- _Provided data_
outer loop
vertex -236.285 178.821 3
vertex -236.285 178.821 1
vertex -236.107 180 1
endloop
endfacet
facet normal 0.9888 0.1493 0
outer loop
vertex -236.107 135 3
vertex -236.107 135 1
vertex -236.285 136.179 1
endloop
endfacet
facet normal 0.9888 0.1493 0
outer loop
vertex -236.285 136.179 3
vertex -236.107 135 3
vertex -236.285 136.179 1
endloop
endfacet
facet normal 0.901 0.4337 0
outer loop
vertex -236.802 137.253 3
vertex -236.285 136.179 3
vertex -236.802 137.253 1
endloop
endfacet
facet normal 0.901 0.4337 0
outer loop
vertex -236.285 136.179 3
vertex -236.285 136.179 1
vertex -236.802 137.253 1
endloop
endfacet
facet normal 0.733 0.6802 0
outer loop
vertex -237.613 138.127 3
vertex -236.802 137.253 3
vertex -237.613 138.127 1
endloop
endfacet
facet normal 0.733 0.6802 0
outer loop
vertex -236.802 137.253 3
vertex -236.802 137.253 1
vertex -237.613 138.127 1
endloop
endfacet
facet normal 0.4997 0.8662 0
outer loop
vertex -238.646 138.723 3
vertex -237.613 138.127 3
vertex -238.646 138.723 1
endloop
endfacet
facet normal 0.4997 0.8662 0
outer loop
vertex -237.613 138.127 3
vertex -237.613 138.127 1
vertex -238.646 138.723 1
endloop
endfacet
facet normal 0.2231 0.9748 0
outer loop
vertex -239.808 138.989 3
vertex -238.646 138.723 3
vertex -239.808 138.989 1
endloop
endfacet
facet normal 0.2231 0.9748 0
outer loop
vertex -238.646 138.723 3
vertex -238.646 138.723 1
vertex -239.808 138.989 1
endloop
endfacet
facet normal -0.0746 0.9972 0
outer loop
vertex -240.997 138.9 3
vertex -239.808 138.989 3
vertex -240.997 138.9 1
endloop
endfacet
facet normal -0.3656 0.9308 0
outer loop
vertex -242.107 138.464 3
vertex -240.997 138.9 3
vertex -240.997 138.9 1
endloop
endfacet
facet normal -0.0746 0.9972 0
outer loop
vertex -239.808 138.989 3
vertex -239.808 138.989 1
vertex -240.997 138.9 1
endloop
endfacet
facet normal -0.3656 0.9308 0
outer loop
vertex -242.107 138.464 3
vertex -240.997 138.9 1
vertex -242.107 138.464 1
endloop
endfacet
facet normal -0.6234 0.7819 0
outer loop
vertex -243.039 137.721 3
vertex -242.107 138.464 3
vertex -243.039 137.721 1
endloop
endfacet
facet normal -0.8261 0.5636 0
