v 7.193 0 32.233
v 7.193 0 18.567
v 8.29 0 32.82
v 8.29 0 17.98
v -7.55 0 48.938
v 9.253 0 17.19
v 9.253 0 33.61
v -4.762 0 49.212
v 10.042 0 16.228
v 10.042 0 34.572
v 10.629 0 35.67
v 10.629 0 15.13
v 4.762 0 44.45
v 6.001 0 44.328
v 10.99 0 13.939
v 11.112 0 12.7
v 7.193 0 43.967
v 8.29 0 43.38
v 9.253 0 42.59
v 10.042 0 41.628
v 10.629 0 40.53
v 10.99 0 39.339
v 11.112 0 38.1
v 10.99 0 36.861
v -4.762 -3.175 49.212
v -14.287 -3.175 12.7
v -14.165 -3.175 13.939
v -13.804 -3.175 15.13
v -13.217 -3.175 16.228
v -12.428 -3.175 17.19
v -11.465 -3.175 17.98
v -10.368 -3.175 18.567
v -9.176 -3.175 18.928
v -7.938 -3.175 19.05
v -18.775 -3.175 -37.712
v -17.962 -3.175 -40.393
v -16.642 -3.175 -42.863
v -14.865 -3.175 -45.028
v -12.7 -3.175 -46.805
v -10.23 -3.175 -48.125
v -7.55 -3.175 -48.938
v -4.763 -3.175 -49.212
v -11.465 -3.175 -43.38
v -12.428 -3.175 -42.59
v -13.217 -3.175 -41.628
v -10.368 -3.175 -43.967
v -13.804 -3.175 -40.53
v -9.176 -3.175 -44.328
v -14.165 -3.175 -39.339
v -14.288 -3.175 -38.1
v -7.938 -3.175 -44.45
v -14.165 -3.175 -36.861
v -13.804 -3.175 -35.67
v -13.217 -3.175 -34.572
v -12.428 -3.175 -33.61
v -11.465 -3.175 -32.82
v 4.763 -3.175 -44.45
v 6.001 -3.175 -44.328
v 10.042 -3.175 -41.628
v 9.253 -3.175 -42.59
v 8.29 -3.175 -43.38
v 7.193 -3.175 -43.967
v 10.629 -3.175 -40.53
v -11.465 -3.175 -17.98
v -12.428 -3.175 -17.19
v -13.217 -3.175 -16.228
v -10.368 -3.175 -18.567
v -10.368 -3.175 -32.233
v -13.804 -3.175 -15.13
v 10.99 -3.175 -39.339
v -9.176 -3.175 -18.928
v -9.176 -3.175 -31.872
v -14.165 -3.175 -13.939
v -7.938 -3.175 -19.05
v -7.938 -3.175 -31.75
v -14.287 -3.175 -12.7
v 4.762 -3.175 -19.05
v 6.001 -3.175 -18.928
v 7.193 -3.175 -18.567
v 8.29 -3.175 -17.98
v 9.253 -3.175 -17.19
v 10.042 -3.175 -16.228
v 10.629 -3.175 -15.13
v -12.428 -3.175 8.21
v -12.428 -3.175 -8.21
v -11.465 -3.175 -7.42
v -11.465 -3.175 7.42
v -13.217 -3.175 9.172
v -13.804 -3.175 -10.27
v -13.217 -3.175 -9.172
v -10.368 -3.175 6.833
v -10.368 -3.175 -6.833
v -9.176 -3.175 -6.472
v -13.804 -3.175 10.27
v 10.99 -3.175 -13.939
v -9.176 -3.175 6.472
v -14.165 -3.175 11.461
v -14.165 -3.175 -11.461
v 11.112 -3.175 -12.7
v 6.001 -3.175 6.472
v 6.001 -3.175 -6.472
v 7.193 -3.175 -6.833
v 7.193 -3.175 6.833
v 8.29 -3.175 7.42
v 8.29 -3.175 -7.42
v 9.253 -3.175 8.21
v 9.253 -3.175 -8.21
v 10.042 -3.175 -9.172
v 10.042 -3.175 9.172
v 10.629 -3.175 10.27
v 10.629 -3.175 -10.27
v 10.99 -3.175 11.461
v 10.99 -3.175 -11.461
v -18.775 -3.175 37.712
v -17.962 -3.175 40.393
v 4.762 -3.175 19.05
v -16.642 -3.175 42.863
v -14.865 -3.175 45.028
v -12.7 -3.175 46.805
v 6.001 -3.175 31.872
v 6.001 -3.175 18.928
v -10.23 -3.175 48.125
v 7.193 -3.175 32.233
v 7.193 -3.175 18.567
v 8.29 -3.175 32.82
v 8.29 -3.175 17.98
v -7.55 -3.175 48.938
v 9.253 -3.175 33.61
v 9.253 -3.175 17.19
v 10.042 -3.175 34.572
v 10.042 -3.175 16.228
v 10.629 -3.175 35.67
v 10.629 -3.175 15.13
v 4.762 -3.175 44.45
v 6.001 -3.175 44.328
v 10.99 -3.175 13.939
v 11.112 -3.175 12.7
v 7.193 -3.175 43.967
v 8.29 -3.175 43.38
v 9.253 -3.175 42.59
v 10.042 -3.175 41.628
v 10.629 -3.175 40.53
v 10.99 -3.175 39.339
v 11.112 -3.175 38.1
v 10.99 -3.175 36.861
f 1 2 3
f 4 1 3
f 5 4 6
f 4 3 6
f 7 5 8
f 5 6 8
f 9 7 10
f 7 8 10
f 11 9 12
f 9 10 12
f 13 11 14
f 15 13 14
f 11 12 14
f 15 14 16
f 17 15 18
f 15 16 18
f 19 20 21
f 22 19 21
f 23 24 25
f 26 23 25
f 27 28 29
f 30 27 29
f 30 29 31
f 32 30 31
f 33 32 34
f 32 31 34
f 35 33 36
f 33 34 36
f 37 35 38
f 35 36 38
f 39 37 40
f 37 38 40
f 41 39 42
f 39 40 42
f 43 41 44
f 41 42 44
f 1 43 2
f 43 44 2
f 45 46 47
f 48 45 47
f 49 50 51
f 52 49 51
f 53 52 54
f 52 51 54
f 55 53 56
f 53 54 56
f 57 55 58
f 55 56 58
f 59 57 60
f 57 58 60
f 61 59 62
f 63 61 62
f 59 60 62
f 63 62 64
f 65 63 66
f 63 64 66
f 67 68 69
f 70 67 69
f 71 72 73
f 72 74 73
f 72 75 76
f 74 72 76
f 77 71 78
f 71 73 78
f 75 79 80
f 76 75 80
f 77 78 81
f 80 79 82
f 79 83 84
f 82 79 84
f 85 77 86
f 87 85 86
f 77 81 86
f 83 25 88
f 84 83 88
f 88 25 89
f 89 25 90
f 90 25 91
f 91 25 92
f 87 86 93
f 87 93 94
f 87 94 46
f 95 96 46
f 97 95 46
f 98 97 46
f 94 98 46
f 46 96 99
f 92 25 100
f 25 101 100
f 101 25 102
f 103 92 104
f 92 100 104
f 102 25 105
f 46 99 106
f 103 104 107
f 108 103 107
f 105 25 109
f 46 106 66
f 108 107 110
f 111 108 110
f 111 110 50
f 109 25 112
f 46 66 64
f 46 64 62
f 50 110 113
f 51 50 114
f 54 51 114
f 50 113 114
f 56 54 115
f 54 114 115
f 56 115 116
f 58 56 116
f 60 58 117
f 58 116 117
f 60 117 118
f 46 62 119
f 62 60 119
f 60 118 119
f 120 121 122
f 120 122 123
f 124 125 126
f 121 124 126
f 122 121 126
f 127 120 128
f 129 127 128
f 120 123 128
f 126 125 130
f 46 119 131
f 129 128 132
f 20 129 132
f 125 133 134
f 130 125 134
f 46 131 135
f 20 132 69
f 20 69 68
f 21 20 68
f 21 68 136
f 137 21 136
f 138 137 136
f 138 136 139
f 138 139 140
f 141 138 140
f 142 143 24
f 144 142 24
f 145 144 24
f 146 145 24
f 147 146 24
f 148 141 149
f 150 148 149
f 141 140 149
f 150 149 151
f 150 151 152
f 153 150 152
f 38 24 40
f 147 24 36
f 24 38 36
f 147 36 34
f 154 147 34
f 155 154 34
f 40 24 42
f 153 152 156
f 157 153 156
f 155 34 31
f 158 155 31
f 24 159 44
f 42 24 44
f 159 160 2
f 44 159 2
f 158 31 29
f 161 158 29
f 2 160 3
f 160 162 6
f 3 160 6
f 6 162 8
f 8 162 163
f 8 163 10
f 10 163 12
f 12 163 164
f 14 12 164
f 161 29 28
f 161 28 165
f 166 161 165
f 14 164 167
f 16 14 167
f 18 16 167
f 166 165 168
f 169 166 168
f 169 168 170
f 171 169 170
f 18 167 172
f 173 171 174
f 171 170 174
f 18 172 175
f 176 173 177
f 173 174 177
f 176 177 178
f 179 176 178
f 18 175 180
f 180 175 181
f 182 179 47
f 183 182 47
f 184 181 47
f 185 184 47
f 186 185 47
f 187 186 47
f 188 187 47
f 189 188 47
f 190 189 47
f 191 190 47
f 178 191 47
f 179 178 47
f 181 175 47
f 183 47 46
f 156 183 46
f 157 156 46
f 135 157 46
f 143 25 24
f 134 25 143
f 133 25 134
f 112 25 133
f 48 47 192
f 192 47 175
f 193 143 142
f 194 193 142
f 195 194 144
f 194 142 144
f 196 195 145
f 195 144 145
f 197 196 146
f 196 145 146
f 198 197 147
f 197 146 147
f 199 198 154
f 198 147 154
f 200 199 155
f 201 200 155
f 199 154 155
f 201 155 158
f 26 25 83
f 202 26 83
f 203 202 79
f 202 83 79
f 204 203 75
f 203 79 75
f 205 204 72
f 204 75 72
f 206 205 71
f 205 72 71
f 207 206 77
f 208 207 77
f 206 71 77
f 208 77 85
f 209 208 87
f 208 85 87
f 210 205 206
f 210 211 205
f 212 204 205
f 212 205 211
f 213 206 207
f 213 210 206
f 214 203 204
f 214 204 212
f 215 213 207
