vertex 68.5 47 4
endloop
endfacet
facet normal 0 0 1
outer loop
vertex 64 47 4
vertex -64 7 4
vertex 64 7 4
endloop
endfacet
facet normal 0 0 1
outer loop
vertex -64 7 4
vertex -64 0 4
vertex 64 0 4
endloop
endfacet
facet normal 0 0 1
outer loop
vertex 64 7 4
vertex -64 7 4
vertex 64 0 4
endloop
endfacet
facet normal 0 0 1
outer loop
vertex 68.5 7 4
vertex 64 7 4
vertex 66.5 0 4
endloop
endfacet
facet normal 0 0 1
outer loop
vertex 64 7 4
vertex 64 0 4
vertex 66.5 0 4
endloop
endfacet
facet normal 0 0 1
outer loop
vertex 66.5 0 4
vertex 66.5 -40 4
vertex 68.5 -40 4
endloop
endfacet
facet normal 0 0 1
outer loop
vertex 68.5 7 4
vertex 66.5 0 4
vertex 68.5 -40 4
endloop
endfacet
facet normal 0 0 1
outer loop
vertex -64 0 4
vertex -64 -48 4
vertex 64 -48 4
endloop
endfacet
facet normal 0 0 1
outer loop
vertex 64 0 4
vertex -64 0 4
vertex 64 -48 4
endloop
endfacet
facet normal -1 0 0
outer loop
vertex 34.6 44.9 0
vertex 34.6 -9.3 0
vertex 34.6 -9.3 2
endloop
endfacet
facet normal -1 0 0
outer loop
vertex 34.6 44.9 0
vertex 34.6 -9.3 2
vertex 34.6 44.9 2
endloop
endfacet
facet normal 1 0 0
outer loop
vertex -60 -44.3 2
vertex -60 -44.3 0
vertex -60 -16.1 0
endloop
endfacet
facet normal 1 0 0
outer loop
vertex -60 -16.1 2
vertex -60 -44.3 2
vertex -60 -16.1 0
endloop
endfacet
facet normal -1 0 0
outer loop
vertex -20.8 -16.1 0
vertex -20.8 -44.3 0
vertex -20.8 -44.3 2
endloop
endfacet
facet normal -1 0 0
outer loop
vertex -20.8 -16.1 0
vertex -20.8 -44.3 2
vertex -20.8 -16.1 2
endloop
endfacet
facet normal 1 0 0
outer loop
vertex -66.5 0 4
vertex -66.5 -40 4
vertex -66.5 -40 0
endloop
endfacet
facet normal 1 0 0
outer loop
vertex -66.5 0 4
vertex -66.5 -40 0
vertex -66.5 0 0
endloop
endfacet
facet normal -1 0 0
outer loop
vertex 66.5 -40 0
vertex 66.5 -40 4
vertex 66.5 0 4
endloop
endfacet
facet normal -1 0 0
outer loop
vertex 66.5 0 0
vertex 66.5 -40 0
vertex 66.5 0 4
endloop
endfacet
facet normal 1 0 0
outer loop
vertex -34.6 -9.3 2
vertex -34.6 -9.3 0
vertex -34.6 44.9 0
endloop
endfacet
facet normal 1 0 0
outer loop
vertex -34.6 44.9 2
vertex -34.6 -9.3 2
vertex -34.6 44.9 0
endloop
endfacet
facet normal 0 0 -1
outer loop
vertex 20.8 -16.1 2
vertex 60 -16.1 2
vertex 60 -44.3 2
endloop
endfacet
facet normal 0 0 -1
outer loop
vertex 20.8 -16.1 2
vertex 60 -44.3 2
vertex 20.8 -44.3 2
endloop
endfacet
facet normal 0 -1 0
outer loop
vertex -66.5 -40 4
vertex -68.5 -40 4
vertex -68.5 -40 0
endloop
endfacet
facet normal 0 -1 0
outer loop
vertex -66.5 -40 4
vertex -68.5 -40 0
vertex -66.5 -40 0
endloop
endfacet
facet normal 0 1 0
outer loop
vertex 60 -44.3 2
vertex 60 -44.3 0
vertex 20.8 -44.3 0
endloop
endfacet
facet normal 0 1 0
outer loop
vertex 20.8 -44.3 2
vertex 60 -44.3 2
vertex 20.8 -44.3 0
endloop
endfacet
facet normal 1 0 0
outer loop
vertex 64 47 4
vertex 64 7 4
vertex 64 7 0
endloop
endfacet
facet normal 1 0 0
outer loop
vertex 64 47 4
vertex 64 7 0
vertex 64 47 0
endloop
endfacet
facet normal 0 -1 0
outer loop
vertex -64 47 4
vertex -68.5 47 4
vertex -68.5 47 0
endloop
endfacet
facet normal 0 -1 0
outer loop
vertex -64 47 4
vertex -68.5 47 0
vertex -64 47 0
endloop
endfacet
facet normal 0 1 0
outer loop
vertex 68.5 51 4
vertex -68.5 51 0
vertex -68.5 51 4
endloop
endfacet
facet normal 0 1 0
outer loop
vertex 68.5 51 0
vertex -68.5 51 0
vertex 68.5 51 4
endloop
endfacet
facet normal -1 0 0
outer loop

- _Instructions to follow_
The lines above, starting at the one with "f 147 36 34" and ending at the one with "f 166 161 165", are the only ones to return, exactly as written.

- _Your solution_
f 147 36 34
f 154 147 34
f 155 154 34
f 40 24 42
f 153 152 156
f 157 153 156
f 155 34 31
f 158 155 31
f 24 159 44
f 42 24 44
f 159 160 2
f 44 159 2
f 158 31 29
f 161 158 29
f 2 160 3
f 160 162 6
f 3 160 6
f 6 162 8
f 8 162 163
f 8 163 10
f 10 163 12
f 12 163 164
f 14 12 164
f 161 29 28
f 161 28 165
f 166 161 165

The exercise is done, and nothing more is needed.